Here is an even simpler example to illustrate the issue I am facing:

``````import torch

x = torch.zeros(1, requires_grad=True)
x.squeeze().backward()
# The gradient of x with respect to itself should be 1.
# We get the expected result:

x = torch.zeros(1, requires_grad=True)
other_value = 2 * x + 1
condition = torch.as_tensor(True)
y = torch.where(condition, x, other_value)
y.squeeze().backward()
# We define y equal to x using a boolean condition.
# The gradient of y with respect to x should be equal to 1.
# We get the expected result:

x = torch.zeros(1, requires_grad=True)
nan = 0.0 / x
condition = torch.as_tensor(True)
y = torch.where(condition, x, nan)
y.squeeze().backward()
# We define y equal to x using a boolean condition.
# The gradient of y with respect to x should be equal to 1.
# We get nan:
``````

I could think of the following scenario:

`torch.where(condition, x, y)` passes back `0` gradient to the elements that are not selected by the `condition`.
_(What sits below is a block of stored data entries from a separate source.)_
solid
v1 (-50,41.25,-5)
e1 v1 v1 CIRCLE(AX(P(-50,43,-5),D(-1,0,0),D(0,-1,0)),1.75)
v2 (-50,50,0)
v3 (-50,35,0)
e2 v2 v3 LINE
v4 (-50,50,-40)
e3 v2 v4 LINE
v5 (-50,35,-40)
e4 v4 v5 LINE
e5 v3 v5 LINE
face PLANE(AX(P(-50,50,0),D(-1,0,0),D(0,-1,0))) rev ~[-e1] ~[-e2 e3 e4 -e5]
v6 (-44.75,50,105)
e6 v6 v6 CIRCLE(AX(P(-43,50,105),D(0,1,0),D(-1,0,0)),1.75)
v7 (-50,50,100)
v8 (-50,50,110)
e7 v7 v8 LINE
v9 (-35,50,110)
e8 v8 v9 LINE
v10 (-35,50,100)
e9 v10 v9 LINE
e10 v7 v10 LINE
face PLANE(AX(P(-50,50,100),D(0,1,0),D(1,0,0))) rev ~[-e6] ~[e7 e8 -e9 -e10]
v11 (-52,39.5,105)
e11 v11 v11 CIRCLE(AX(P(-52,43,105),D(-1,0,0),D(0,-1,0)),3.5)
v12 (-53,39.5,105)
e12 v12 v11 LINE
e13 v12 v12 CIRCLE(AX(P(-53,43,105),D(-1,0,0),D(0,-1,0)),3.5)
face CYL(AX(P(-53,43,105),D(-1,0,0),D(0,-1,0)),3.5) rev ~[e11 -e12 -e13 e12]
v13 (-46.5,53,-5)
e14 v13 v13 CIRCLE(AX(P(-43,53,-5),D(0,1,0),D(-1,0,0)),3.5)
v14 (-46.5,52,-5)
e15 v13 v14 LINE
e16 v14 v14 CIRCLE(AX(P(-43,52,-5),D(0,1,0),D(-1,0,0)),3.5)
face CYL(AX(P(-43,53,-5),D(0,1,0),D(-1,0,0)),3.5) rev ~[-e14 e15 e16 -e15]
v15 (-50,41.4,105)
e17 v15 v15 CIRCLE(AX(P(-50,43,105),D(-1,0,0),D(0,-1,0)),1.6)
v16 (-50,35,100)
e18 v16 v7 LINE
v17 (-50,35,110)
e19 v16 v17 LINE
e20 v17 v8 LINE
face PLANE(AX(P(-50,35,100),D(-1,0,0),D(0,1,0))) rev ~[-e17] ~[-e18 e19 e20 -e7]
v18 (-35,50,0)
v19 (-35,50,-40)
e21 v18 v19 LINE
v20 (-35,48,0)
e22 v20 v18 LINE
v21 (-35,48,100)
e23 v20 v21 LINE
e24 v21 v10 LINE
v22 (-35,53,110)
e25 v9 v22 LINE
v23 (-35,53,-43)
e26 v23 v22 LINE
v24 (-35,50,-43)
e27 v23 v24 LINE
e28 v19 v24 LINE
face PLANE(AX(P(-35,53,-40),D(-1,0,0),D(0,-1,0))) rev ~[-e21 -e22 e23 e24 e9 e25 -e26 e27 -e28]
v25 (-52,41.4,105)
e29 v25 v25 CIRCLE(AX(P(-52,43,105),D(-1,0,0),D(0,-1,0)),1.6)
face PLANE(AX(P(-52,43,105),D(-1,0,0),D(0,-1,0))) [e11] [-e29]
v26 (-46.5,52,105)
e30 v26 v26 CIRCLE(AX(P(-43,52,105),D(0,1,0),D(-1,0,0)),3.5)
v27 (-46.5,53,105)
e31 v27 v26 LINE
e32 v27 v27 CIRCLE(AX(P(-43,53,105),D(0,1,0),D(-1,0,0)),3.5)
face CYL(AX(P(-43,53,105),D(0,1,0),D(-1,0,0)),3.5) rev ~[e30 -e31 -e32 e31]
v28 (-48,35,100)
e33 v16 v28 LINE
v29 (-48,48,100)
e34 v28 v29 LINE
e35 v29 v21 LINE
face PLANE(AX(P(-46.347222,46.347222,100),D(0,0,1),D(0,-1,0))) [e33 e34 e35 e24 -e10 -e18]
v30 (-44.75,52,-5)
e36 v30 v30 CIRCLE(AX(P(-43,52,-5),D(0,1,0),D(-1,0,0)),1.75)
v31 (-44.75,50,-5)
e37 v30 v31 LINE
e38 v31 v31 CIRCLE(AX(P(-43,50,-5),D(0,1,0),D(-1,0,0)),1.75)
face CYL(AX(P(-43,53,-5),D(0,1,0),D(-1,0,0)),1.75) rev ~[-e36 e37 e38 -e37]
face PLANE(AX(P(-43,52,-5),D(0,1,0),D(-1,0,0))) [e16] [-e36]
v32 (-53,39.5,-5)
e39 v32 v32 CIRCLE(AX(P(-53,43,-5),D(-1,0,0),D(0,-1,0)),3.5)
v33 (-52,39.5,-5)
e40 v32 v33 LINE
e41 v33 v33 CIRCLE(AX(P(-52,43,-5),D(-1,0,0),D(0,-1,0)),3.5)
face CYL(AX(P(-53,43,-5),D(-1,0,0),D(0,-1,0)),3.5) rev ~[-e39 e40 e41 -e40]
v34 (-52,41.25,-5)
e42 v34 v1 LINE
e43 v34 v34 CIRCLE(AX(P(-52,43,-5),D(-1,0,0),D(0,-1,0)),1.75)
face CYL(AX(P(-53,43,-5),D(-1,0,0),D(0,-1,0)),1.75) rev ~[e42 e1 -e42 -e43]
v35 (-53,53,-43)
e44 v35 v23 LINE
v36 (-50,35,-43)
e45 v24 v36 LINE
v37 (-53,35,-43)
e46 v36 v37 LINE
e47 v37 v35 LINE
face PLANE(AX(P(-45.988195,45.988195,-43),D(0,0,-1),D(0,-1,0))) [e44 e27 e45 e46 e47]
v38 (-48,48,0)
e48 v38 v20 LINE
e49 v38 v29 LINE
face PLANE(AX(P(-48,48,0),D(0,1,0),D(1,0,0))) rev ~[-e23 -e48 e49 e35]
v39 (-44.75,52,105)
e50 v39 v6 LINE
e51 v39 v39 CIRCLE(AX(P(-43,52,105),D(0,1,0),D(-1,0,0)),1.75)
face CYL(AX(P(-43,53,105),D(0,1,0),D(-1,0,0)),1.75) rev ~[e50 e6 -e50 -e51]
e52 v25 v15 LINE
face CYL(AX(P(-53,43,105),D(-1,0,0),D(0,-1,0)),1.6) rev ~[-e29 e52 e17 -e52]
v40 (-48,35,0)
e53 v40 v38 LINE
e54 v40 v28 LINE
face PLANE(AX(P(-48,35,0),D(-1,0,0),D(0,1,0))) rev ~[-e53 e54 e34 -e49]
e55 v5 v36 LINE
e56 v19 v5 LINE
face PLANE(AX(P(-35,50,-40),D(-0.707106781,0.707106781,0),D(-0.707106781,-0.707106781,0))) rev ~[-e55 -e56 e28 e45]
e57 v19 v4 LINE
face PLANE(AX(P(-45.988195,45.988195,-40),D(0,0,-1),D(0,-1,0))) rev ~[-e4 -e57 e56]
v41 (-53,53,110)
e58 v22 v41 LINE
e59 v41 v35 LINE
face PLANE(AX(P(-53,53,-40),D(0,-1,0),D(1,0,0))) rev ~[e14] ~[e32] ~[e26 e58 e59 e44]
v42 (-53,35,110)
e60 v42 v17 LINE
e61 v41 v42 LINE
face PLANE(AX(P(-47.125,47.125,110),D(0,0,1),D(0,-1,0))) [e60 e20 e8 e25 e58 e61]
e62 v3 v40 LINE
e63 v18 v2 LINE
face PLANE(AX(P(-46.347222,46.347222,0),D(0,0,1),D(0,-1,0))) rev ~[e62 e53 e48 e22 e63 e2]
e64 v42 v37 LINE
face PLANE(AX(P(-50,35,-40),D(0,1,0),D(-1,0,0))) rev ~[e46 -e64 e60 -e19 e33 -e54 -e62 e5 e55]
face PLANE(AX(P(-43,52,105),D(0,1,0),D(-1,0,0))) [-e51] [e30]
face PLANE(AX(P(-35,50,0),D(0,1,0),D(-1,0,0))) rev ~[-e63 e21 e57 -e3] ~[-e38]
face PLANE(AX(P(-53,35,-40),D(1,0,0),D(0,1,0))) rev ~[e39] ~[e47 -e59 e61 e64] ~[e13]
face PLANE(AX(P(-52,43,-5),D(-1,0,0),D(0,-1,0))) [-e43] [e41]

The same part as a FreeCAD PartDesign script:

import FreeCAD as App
import Part
import Sketcher
Q = App.Units.Quantity

doc = App.newDocument("Part")
body = doc.addObject("PartDesign::Body", "Body")

sketch1 = doc.addObject("Sketcher::SketchObject", "Sketch")
body.addObject(sketch1)
sketch1.AttachmentSupport = (doc.XY_Plane, [""])
sketch1.MapMode = "FlatFace"
sketch1.addGeometry(Part.LineSegment(App.Vector(-53, -35, 0), App.Vector(-53, -53, 0)), False)
sketch1.addGeometry(Part.LineSegment(App.Vector(-53, -53, 0), App.Vector(-35, -53, 0)), False)
sketch1.addGeometry(Part.LineSegment(App.Vector(-35, -53, 0), App.Vector(-35, -48, 0)), False)
sketch1.addGeometry(Part.LineSegment(App.Vector(-35, -48, 0), App.Vector(-48, -48, 0)), False)
sketch1.addGeometry(Part.LineSegment(App.Vector(-48, -48, 0), App.Vector(-48, -35, 0)), False)
sketch1.addGeometry(Part.LineSegment(App.Vector(-48, -35, 0), App.Vector(-53, -35, 0)), False)
sketch1.addConstraint(Sketcher.Constraint("Coincident", 0, 2, 1, 1))
sketch1.addConstraint(Sketcher.Constraint("Coincident", 1, 2, 2, 1))
sketch1.addConstraint(Sketcher.Constraint("Coincident", 2, 2, 3, 1))
sketch1.addConstraint(Sketcher.Constraint("Coincident", 3, 2, 4, 1))
sketch1.addConstraint(Sketcher.Constraint("Coincident", 4, 2, 5, 1))
sketch1.addConstraint(Sketcher.Constraint("Coincident", 5, 2, 0, 1))
sketch1.addConstraint(Sketcher.Constraint("Vertical", 0))
sketch1.addConstraint(Sketcher.Constraint("Horizontal", 1))
sketch1.addConstraint(Sketcher.Constraint("Vertical", 2))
``````x = torch.zeros(1, requires_grad=True)
out = 0.0 / x
condition = torch.as_tensor(True)
y = torch.where(condition, x, out)
``````

During backward, the gradient of `out` w.r.t `x` (`d(out) / dx`) would encounter `nan * 0`, which will result in `nan`.

Hi rbregier!

Arul’s explanation is correct. `torch.where()` backpropagates a gradient
of `0 * nan = nan` (or maybe `0 * inf = nan`) through the “branch not
taken.”

An example:

``````>>> import torch
>>> torch.__version__
'1.10.2'
>>> s1 = torch.zeros (4, requires_grad = True)
>>> s2 = torch.zeros (4, requires_grad = True)
>>> t1 = torch.tensor ([0.5, 0.5, 0.0, 0.0])
>>> t2 = torch.tensor ([0.5, 0.5, 1.e-7, 1.e-7])
>>> torch.where (t1 > 1.e-6, s1 / t1, s1).sum().backward()
>>> torch.where (t2 > 1.e-6, s2 / t2, s2).sum().backward()
tensor([2., 2., nan, nan])
tensor([2., 2., 1., 1.])   # no gradients of 1.e7
``````

It’s certainly a known issue, but I don’t think the devs consider it a bug.
Apparently, it’s caused deep inside how autograd works with `where()`
and would be difficult to fix.

This github issues gives some explanation:

My approach is to get rid of the `nan`s. You can safely feed an incorrect
value to the “zero” branch of `torch.where()`, as long as it’s not `nan`
(or `inf`, etc.).

In your specific case, I would take advantage of the fact that `sinc()` is an
even function (`sinc (-x) = sinc (x)`), and `clamp()` the denominator
away from zero:

``````sinc_base = torch.sin (x.abs()) / x.abs().clamp (1.e-7)
``````

So two things happen: For `x.abs() < 1.e-7`, `sinc_base` will be an
incorrect value, but it won’t be `nan`. However, for `x.abs (x) < 1.e-6`,
`torch.where()` will switch you over to `sinc_taylor`, so you will never
see the incorrect `sinc_base` values.

Then, for gradients, when `abs (x) < 1.e-6`, `torch.where()` will (in part)
backpropagate `0 * sinc_base_gradient`. Although `sinc_base_gradient`
will be incorrect for `abs (x) < 1.e-7`, it won’t be `nan`, so autograd will
correctly backpropagate `0` (rather than `nan`) for this piece of the of the
`abs (x) < 1.e-6` branch.

Best.

K. Frank

1 Like

Thank you Arul and K. Frank for your replies. I would not have thought that pytorch devs considers this as the expected behavior. I will probably just try to avoid non finite values as you suggested.